Silent Service

I don't know if you have heard in the news about the submarine that ran aground over the weekend but here is a link to the article.

Our C.O. gave us a brief on the incident today and while much of the information is classified, and will not show up in the papers, there are a few things about the incident that have hit the sub community pretty hard.

The accident that has left this boat in serious damage, as well as many injured personnel, also claimed the life of a 24 year old sailor. His name is Joe Ashley and I knew him, not very well, however, just as a friend-of-a-friend when I was on the L.A. He was a nuke and was on watch when the grounding happened. He was thrown against some valves and hit his head; he never woke up. He stopped breathing and he died in the bridge hatch as they were preparing him to be helo transferred off the boat.

I have told my friends and family on many occasions that I feel extremely safe onboard the sub when the hatches are closed. I never worried about a melee attack with another sub because of the technological superiority of my sub over theirs. I never worried about hitting anything because what is there to hit at 800 feet except another sub but what are the odds of that? The hull is extremely tough and can withstand the extreme pressures of the ocean depths, depths that would instantaneously crush us if there ever were a hull breach. I slept with my head less than 8 inches from an air valve that directed 3000 pound air; a pinprick hole in that valve has enough pressure to cut through a 2 inch board. But I never worried about it. I never even worried about getting too much radiation- I have received little more than 5 hours equivalent of a day on the beach in 17 the years I have ridden on submarines.

I don't feel that way anymore. I realized today that no matter how tough that outside hull is I am still flesh and bone. I realized that no matter how much technology we have and no matter how accurate we think our navigation charts are that there is still room for error. I feel like a kid that just found out Santa Claus isn't real.

The submarine force makes up a small percentage of the Navy and we are very small and tight-knit. We have to be because of the unforgiving environment that we live in. I see and hear about soldiers and marines dying in Iraq and I get frustrated and sad to hear that news. I think it is expected to have casualties in a war so unless you know the person the casualty report doesn't have as much impact.

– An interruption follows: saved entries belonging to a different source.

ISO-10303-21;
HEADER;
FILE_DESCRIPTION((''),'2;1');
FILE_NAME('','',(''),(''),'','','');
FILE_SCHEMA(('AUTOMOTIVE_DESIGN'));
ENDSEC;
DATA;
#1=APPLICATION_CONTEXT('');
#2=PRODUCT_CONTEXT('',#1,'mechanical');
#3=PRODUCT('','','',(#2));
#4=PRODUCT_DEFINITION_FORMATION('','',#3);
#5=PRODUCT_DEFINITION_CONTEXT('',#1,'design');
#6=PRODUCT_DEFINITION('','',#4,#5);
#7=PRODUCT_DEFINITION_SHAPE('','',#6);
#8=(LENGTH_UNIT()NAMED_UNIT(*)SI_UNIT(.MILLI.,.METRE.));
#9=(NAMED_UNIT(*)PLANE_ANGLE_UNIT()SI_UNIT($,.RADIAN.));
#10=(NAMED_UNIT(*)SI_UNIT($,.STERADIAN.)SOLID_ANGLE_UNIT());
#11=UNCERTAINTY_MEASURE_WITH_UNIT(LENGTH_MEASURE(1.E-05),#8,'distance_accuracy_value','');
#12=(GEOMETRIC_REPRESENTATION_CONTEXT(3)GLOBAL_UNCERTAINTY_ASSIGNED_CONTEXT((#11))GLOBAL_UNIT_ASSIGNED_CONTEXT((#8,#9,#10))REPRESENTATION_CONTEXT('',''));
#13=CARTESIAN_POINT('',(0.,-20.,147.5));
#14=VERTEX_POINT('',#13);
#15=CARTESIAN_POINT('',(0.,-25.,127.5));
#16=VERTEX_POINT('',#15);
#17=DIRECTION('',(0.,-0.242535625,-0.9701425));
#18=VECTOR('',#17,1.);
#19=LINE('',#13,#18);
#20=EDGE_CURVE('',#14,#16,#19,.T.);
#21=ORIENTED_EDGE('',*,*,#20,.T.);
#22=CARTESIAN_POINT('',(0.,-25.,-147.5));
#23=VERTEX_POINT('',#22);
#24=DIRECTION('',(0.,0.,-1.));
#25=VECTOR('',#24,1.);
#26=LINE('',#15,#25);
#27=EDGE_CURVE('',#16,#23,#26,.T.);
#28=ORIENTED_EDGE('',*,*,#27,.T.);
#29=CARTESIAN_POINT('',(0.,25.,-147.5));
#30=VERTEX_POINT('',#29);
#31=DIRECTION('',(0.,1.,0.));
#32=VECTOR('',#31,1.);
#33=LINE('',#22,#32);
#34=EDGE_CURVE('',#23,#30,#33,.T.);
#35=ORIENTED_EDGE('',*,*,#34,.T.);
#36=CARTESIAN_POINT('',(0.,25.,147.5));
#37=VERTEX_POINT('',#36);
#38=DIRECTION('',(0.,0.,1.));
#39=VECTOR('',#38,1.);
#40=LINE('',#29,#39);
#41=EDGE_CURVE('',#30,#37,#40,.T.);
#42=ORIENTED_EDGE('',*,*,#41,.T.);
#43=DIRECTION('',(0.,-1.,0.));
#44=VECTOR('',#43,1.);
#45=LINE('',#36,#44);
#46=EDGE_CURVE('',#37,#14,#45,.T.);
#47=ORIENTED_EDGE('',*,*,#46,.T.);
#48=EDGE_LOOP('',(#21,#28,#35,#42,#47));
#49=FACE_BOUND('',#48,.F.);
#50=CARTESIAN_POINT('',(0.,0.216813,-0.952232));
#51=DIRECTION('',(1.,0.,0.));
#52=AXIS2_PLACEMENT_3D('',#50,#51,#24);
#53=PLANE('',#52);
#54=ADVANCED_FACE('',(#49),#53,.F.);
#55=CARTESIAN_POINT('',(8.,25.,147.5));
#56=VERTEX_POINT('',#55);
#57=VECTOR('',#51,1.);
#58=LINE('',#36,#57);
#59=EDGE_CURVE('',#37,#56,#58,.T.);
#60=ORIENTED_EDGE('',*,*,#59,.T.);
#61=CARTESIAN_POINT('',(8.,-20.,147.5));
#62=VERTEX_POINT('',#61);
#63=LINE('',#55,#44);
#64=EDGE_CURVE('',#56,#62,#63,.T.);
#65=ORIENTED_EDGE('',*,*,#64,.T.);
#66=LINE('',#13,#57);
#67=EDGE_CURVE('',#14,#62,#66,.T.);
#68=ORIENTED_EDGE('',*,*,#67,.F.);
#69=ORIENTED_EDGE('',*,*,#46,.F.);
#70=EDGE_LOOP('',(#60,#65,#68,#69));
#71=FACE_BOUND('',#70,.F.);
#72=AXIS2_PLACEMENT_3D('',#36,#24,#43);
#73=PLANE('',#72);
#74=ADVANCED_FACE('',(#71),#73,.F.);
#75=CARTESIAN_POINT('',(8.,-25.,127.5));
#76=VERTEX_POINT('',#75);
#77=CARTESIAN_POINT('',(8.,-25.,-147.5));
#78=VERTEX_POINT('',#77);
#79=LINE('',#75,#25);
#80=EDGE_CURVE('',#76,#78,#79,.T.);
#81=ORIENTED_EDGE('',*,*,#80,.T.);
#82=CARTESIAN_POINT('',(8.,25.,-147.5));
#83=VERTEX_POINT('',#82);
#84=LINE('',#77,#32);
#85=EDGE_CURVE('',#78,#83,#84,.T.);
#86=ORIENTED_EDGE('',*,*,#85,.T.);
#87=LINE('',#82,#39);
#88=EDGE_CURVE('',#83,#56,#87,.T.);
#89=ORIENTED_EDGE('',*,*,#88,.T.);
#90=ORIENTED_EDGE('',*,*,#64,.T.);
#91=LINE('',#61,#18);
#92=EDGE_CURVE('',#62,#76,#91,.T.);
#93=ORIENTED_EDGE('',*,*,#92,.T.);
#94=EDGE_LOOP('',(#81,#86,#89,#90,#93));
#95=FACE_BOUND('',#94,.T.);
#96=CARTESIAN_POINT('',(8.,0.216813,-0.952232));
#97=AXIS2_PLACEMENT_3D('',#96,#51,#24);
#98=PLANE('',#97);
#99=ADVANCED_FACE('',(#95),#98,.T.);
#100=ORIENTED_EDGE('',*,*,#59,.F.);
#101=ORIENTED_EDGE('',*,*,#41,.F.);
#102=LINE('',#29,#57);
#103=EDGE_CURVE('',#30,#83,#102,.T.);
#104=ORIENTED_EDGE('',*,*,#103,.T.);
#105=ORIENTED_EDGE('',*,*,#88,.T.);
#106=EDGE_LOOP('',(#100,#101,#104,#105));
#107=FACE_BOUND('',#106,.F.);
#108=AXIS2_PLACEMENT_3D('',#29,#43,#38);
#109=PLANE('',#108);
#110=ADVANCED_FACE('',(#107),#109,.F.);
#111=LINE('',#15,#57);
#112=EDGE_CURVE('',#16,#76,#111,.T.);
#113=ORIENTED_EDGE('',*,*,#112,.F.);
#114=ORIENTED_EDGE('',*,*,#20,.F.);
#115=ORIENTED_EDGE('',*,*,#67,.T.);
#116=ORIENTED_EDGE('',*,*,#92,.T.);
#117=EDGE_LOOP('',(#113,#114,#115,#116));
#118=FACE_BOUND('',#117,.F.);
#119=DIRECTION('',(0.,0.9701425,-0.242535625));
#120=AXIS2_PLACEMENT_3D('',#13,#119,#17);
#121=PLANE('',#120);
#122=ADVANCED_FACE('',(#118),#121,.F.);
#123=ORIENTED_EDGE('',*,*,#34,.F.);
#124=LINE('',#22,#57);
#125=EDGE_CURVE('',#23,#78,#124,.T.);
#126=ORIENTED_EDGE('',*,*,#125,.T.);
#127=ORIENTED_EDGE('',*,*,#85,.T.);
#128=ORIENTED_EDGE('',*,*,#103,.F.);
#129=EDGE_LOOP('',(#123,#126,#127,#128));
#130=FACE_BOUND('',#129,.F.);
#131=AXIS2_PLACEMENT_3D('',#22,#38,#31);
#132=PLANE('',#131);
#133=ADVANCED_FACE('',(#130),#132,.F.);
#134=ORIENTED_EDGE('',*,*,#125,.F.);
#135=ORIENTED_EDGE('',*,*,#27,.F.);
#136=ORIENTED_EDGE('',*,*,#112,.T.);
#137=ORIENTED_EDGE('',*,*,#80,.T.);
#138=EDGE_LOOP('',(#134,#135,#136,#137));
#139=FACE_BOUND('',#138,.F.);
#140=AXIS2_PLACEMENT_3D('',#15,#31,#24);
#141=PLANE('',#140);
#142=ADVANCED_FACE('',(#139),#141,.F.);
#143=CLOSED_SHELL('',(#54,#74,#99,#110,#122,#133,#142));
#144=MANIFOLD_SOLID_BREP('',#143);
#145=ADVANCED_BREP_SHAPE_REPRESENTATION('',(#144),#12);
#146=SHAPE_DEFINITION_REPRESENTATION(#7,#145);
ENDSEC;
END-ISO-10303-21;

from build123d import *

# Parameters (mm, degrees)
BOSS_EXTRUDE1_DEPTH = 8


with BuildPart() as part:
    # Sketch1 → Boss-Extrude1 (new body)
    with BuildSketch(Plane(origin=(0, 0, 0), x_dir=(0, 0, -1), z_dir=(1, 0, 0))):
        Polygon((-147.5, -20), (-127.5, -25), (147.5, -25), (147.5, 25), (-147.5, 25), align=None)
    extrude(amount=BOSS_EXTRUDE1_DEPTH)


solid = part.part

This boat wasn't in a wartime scenario, it wasn't running from anything, there wasn't any Hunt for Red October stuff going on- just a bunch of guys going to Australia for some well-earned liberty. They were traveling on a route, that presumably, many submarine have used before, a hundred times before. What would have been the outcome if the track they laid down was just 500 yards to left?

There is the romantic, but gallow-humored, scenario that is jokingly talked about on boats- that if we were to ever go down, that we would go down fighting and shooting weapons as long as we had the air, that when our time had come and as the sonar from the incoming torpedo got louder and more frequent, that we would go out in a blaze of glory. At least the letter to the next of kin would give the reader some sort of comfort that the death was not in vain, that is was necessary to preserve an ideology. Joe's parents received a phone call and perhaps told the circumstances of the accident. I just know that I would have a hard time with knowing my son died because he hit his head while on the way to Australia.

The Navy flew Joe's father out to Guam and he was there when the boat limped into the harbor. As Joe's body was taken off the boat by his shipmates, shipmates with broken bones, he was given military honors. Dozens of people from Pearl Harbor shipyard and investigation teams were also on the pier waiting to assess the damage to both the boat and to the crew. I am sure there will be new procedures for the submarine community; tragically, it always happens after an accident of this magnitude. This is absolutely the worst navigational accident in U.S. submarine history.

I guess I just needed to get this off my chest and the best way I can express myself is through my writing. This event has opened my eyes to the frailty of human life when I thought that, in at least one place, I was invincible. Whether in Iraq, Afghanistan, or anywhere else around the world, including 500 feet under the ocean, the men and women of the U.S. military are always in harms way.

Comments

  1. Great post, Greg. Weird stuff happens sometimes. The semester before I arrived at my conservatory in NY, a talented young student fell on the subway and died after hitting his head (sober and everything). In many ways it's good to be reminded just how fragile we are; it helps us renew our commitment to making every moment count.